RESENHA: A Valise do Professor - Hiromi Kawakami


          Nascida em Tóquio, em 1958, Hiromi Kawakami é uma escritora japonesa muito celebrada no Oriente e laureada com importantes premiações, entre elas o Akutagawa (1996) e o cobiçado Tanizaki (2001). Sua escrita, concisa, é marcada pelo tratamento sutil de temas como o cotidiano, as relações pessoais, a sexualidade e a solidão.

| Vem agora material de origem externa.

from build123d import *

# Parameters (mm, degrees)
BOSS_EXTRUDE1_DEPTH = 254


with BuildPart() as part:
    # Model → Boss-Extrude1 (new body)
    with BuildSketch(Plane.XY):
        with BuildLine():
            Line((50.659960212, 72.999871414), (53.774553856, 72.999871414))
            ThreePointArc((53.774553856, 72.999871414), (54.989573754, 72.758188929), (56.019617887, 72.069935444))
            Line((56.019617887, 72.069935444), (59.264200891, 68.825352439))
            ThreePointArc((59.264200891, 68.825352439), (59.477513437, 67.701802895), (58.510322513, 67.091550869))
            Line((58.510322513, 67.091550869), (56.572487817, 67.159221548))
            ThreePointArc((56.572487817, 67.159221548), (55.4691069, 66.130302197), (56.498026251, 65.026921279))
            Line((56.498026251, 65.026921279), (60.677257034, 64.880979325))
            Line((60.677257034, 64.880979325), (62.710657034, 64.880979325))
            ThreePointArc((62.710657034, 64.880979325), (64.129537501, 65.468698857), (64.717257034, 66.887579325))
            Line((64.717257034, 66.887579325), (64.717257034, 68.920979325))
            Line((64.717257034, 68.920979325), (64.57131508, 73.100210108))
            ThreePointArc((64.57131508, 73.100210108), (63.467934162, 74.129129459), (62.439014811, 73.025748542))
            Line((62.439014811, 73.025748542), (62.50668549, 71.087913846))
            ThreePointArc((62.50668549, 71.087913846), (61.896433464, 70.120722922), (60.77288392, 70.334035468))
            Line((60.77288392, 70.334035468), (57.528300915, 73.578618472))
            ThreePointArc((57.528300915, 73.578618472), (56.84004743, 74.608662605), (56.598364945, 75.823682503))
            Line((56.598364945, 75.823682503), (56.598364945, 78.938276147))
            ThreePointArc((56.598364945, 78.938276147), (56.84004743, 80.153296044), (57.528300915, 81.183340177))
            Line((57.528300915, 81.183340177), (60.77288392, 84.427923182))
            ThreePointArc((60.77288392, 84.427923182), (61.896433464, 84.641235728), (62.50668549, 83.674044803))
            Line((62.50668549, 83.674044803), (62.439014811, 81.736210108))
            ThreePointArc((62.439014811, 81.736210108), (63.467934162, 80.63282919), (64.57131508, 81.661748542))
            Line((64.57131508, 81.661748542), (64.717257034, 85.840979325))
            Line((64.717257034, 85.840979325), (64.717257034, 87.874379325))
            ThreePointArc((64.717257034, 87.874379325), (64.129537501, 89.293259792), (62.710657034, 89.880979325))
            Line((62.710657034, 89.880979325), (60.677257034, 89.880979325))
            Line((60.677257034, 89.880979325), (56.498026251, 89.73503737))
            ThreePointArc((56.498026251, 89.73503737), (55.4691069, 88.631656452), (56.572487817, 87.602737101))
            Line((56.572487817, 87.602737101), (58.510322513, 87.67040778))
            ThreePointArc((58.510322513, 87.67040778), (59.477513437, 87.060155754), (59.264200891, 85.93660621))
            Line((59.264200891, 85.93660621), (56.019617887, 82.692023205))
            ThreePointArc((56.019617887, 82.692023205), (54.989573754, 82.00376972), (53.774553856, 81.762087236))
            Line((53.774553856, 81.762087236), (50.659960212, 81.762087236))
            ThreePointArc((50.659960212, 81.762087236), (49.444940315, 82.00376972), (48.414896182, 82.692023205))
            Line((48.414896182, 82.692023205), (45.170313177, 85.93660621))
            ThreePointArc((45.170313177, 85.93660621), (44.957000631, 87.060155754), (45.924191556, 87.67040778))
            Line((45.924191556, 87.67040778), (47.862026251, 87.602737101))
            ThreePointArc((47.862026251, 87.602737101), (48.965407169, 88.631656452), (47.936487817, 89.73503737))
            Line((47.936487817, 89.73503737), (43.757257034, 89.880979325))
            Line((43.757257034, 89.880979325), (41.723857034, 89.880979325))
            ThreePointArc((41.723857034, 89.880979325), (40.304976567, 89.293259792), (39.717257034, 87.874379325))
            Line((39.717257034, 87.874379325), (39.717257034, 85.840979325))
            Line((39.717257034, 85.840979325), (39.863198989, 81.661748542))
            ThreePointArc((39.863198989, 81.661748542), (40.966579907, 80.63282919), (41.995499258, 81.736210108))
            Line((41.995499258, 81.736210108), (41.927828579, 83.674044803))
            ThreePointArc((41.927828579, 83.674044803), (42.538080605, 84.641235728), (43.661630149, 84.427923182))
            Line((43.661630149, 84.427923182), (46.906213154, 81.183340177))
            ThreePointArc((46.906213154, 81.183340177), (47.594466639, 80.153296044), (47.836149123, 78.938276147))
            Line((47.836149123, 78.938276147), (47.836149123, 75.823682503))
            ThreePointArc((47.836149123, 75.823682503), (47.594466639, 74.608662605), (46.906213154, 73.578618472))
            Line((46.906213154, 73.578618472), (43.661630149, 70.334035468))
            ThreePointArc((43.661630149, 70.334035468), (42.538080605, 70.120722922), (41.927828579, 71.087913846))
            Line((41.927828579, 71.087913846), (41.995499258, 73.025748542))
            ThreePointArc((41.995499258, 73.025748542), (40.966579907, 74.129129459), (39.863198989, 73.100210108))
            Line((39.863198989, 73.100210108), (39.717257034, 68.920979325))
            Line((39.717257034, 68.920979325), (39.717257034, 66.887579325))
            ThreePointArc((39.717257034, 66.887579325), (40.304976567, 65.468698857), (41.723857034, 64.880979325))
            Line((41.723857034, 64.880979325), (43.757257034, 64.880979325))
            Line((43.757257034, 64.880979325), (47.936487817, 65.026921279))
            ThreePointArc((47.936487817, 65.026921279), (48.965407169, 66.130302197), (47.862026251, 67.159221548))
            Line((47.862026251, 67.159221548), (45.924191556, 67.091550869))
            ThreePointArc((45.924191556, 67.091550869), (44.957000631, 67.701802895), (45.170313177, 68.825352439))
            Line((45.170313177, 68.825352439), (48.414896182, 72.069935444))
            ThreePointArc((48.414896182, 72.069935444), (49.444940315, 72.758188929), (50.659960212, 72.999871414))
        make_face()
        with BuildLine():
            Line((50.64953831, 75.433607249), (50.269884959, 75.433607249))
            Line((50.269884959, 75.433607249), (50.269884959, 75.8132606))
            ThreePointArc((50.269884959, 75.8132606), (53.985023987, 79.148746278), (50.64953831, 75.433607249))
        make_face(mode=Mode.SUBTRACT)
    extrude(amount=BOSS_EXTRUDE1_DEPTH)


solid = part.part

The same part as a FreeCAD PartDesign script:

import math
import FreeCAD as App
import Part
import Sketcher

V = App.Vector
Q = App.Units.Quantity

doc = App.newDocument("Part")
params = doc.addObject("Spreadsheet::Sheet", "Params")
for row, (alias, value) in enumerate([
    ("sketch1_radius", "0.04 in"),
    ("sketch1_radius2", "0.125 in"),
    ("sketch1_radius3", "0.042 in"),
    ("sketch1_radius4", "0.079 in"),
    ("pad1_length", "10 in"),
], start=1):
    params.set(f"A{row}", alias)
    params.set(f"B{row}", "=" + value)
    params.setAlias(f"B{row}", alias)

body = doc.addObject("PartDesign::Body", "Body")

sketch1 = body.newObject("Sketcher::SketchObject", "Sketch")
sketch1.AttachmentSupport = (doc.getObject("XY_Plane"), [""])
sketch1.MapMode = "FlatFace"
sketch1.addGeometry([
    Part.LineSegment(V(50.65996, 72.999871, 0), V(53.774554, 72.999871, 0)),
    Part.ArcOfCircle(Part.Circle(V(53.774554, 69.824871, 0), V(0, 0, 1), 3.175), math.radians(45), math.radians(90)),
    Part.LineSegment(V(56.019618, 72.069935, 0), V(59.264201, 68.825352, 0)),
    Part.ArcOfCircle(Part.Circle(V(58.54578, 68.106932, 0), V(0, 0, 1), 1.016), math.radians(-92), math.radians(45)),
    Part.LineSegment(V(58.510323, 67.091551, 0), V(56.572488, 67.159222, 0)),
    Part.ArcOfCircle(Part.Circle(V(56.535257, 66.093071, 0), V(0, 0, 1), 1.0668), math.radians(88), math.radians(268)),
    Part.LineSegment(V(56.498026, 65.026921, 0), V(60.677257, 64.880979, 0)),
    Part.LineSegment(V(60.677257, 64.880979, 0), V(62.710657, 64.880979, 0)),
    Part.ArcOfCircle(Part.Circle(V(62.710657, 66.887579, 0), V(0, 0, 1), 2.0066), math.radians(-90), math.radians(0)),
    Part.LineSegment(V(64.717257, 66.887579, 0), V(64.717257, 68.920979, 0)),
    Part.LineSegment(V(64.717257, 68.920979, 0), V(64.571315, 73.10021, 0)),
    Part.ArcOfCircle(Part.Circle(V(63.505165, 73.062979, 0), V(0, 0, 1), 1.0668), math.radians(2), math.radians(182)),
    Part.LineSegment(V(62.439015, 73.025749, 0), V(62.506685, 71.087914, 0)),
    Part.ArcOfCircle(Part.Circle(V(61.491304, 71.052456, 0), V(0, 0, 1), 1.016), math.radians(-135), math.radians(2)),
    Part.LineSegment(V(60.772884, 70.334035, 0), V(57.528301, 73.578618, 0)),
    Part.ArcOfCircle(Part.Circle(V(59.773365, 75.823683, 0), V(0, 0, 1), 3.175), math.radians(-180), math.radians(-135)),
    Part.LineSegment(V(56.598365, 75.823683, 0), V(56.598365, 78.938276, 0)),
    Part.ArcOfCircle(Part.Circle(V(59.773365, 78.938276, 0), V(0, 0, 1), 3.175), math.radians(135), math.radians(180)),
    Part.LineSegment(V(57.528301, 81.18334, 0), V(60.772884, 84.427923, 0)),
    Part.ArcOfCircle(Part.Circle(V(61.491304, 83.709503, 0), V(0, 0, 1), 1.016), math.radians(-2), math.radians(135)),
    Part.LineSegment(V(62.506685, 83.674045, 0), V(62.439015, 81.73621, 0)),
    Part.ArcOfCircle(Part.Circle(V(63.505165, 81.698979, 0), V(0, 0, 1), 1.0668), math.radians(178), math.radians(358)),
    Part.LineSegment(V(64.571315, 81.661749, 0), V(64.717257, 85.840979, 0)),
    Part.LineSegment(V(64.717257, 85.840979, 0), V(64.717257, 87.874379, 0)),
    Part.ArcOfCircle(Part.Circle(V(62.710657, 87.874379, 0), V(0, 0, 1), 2.0066), math.radians(0), math.radians(90)),
    Part.LineSegment(V(62.710657, 89.880979, 0), V(60.677257, 89.880979, 0)),
    Part.LineSegment(V(60.677257, 89.880979, 0), V(56.498026, 89.735037, 0)),
    Part.ArcOfCircle(Part.Circle(V(56.535257, 88.668887, 0), V(0, 0, 1), 1.0668), math.radians(92), math.radians(272)),
    Part.LineSegment(V(56.572488, 87.602737, 0), V(58.510323, 87.670408, 0)),
    Part.ArcOfCircle(Part.Circle(V(58.54578, 86.655027, 0), V(0, 0, 1), 1.016), math.radians(-45), math.radians(92)),
    Part.LineSegment(V(59.264201, 85.936606, 0), V(56.019618, 82.692023, 0)),
    Part.ArcOfCircle(Part.Circle(V(53.774554, 84.937087, 0), V(0, 0, 1), 3.175), math.radians(-90), math.radians(-45)),
    Part.LineSegment(V(53.774554, 81.762087, 0), V(50.65996, 81.762087, 0)),
    Part.ArcOfCircle(Part.Circle(V(50.65996, 84.937087, 0), V(0, 0, 1), 3.175), math.radians(-135), math.radians(-90)),
    Part.LineSegment(V(48.414896, 82.692023, 0), V(45.170313, 85.936606, 0)),
    Part.ArcOfCircle(Part.Circle(V(45.888734, 86.655027, 0), V(0, 0, 1), 1.016), math.radians(88), math.radians(225)),
    Part.LineSegment(V(45.924192, 87.670408, 0), V(47.862026, 87.602737, 0)),
    Part.ArcOfCircle(Part.Circle(V(47.899257, 88.668887, 0), V(0, 0, 1), 1.0668), math.radians(-92), math.radians(88)),
    Part.LineSegment(V(47.936488, 89.735037, 0), V(43.757257, 89.880979, 0)),
    Part.LineSegment(V(43.757257, 89.880979, 0), V(41.723857, 89.880979, 0)),
    Part.ArcOfCircle(Part.Circle(V(41.723857, 87.874379, 0), V(0, 0, 1), 2.0066), math.radians(90), math.radians(180)),
    Part.LineSegment(V(39.717257, 87.874379, 0), V(39.717257, 85.840979, 0)),
    Part.LineSegment(V(39.717257, 85.840979, 0), V(39.863199, 81.661749, 0)),
    Part.ArcOfCircle(Part.Circle(V(40.929349, 81.698979, 0), V(0, 0, 1), 1.0668), math.radians(-178), math.radians(2)),
    Part.LineSegment(V(41.995499, 81.73621, 0), V(41.927829, 83.674045, 0)),
    Part.ArcOfCircle(Part.Circle(V(42.94321, 83.709503, 0), V(0, 0, 1), 1.016), math.radians(45), math.radians(182)),
    Part.LineSegment(V(43.66163, 84.427923, 0), V(46.906213, 81.18334, 0)),
    Part.ArcOfCircle(Part.Circle(V(44.661149, 78.938276, 0), V(0, 0, 1), 3.175), math.radians(0), math.radians(45)),
    Part.LineSegment(V(47.836149, 78.938276, 0), V(47.836149, 75.823683, 0)),
    Part.ArcOfCircle(Part.Circle(V(44.661149, 75.823683, 0), V(0, 0, 1), 3.175), math.radians(-45), math.radians(0)),
    Part.LineSegment(V(46.906213, 73.578618, 0), V(43.66163, 70.334035, 0)),
    Part.ArcOfCircle(Part.Circle(V(42.94321, 71.052456, 0), V(0, 0, 1), 1.016), math.radians(178), math.radians(315)),
    Part.LineSegment(V(41.927829, 71.087914, 0), V(41.995499, 73.025749, 0)),
    Part.ArcOfCircle(Part.Circle(V(40.929349, 73.062979, 0), V(0, 0, 1), 1.0668), math.radians(-2), math.radians(178)),
    Part.LineSegment(V(39.863199, 73.10021, 0), V(39.717257, 68.920979, 0)),
    Part.LineSegment(V(39.717257, 68.920979, 0), V(39.717257, 66.887579, 0)),
    Part.ArcOfCircle(Part.Circle(V(41.723857, 66.887579, 0), V(0, 0, 1), 2.0066), math.radians(180), math.radians(270)),
    Part.LineSegment(V(41.723857, 64.880979, 0), V(43.757257, 64.880979, 0)),
    Part.LineSegment(V(43.757257, 64.880979, 0), V(47.936488, 65.026921, 0)),
    Part.ArcOfCircle(Part.Circle(V(47.899257, 66.093071, 0), V(0, 0, 1), 1.0668), math.radians(-88), math.radians(92)),
    Part.LineSegment(V(47.862026, 67.159222, 0), V(45.924192, 67.091551, 0)),
    Part.ArcOfCircle(Part.Circle(V(45.888734, 68.106932, 0), V(0, 0, 1), 1.016), math.radians(135), math.radians(272)),
    Part.LineSegment(V(45.170313, 68.825352, 0), V(48.414896, 72.069935, 0)),
    Part.ArcOfCircle(Part.Circle(V(50.65996, 69.824871, 0), V(0, 0, 1), 3.175), math.radians(90), math.radians(135)),
    Part.ArcOfCircle(Part.Circle(V(52.217257, 77.380979, 0), V(0, 0, 1), 2.5), math.radians(-128.835568), math.radians(218.835568)),
    Part.LineSegment(V(50.649538, 75.433607, 0), V(50.269885, 75.433607, 0)),
    Part.LineSegment(V(50.269885, 75.433607, 0), V(50.269885, 75.813261, 0)),
], False)
sketch1.addConstraint([
    Sketcher.Constraint("Tangent", 0, 2, 1, 2),
    Sketcher.Constraint("Tangent", 1, 1, 2, 1),
    Sketcher.Constraint("Tangent", 2, 2, 3, 2),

Publicado originalmente em 2001 e trazido ao Brasil pela editora Estação Liberdade, "A Valise do Professor" é um romance curto e de fácil leitura que, tendo como pano de fundo a rica gastronomia japonesa, vai falar sobre "ser sozinho". 

          Tsukiko é uma mulher comum às portas da meia-idade. Solitária, passa os seus dias entre casa, trabalho e as raras idas ao bar de Satoru. Introvertida, está sempre mantendo os homens a uma distância segura e tocando a vida sem grandes emoções, esquiva do mundo. Até que, um dia, se encontra com um peculiar senhor que foi seu professor no ensino médio. No balcão do bar, ambos descobrem compartilhar do mesmo gosto culinário e essa será a porta de entrada para uma relação, que não é de amizade, mas também não exatamente amorosa, difícil de definir.

          Entre saquês e petiscos (sério, esse livro dá fome), esses dois personagens solitários vão descobrindo afinidades e tendo uma aproximação de almas, acho que essa é a definição mais próxima que consigo chegar. Enigmática, a figura do professor guarda algumas excentricidades, como colecionar pilhas usadas, recitar poemas de forma aleatória e levar consigo sua misteriosa valise, aonde quer que vá. Já Tsukiko, que até agora acreditava estar levando uma vida feliz sozinha, começa a se questionar: "Afinal, como teria eu vivido até agora?" Prestes a completar 40 anos, se dá conta de que durante toda a sua vida construiu "muros de ar" em torno de si. Seria tarde demais para colocá-los abaixo?

(Hiromi Kawakami)

          Esse é aquele tipo de livro que pode ser lido como entretenimento, um passatempo gostosinho, ou, se lido no momento certo, pode realmente ajudar o leitor a resolver problemas internos. Medos, inseguranças, traumas e questões mal resolvidas, coisas que nos paralisam e que nos deixam, como último recurso, a construção de um sólido "muro de ar" ao redor. Somos humanos e estamos sujeito às intempéries da vida. Às vezes, um refúgio interno pode se mostrar necessário e até fazer bem, mas o problema é quando não encontramos mais a saída e ficamos presos, reféns de um redoma de sentimentos. A boa notícia é que essas barreiras podem ser quebradas, só precisamos entender um pouco melhor o seu mecanismo para encontrar o ponto de saída.

          É um livro que eu recomendaria para todos? Não, pois tem suas peculiaridades. É um romance parado, de pouca ação. A maior parte se passa entre silêncios e muito de seu significado está no não dito. A narrativa é muito sutil e bonita, mas não acredito que irá funcionar para todo mundo. Kawakami tem todo um cuidado especial ao descrever sobre elementos da natureza, a passagem das estações e a cozinha japonesa. O livro também tem um leve toque de realismo mágico. Então, não vá esperando nenhum grande plot, apenas se deixe imergir. Quem sabe o livro não mova alguma engrenagem no seu subconsciente?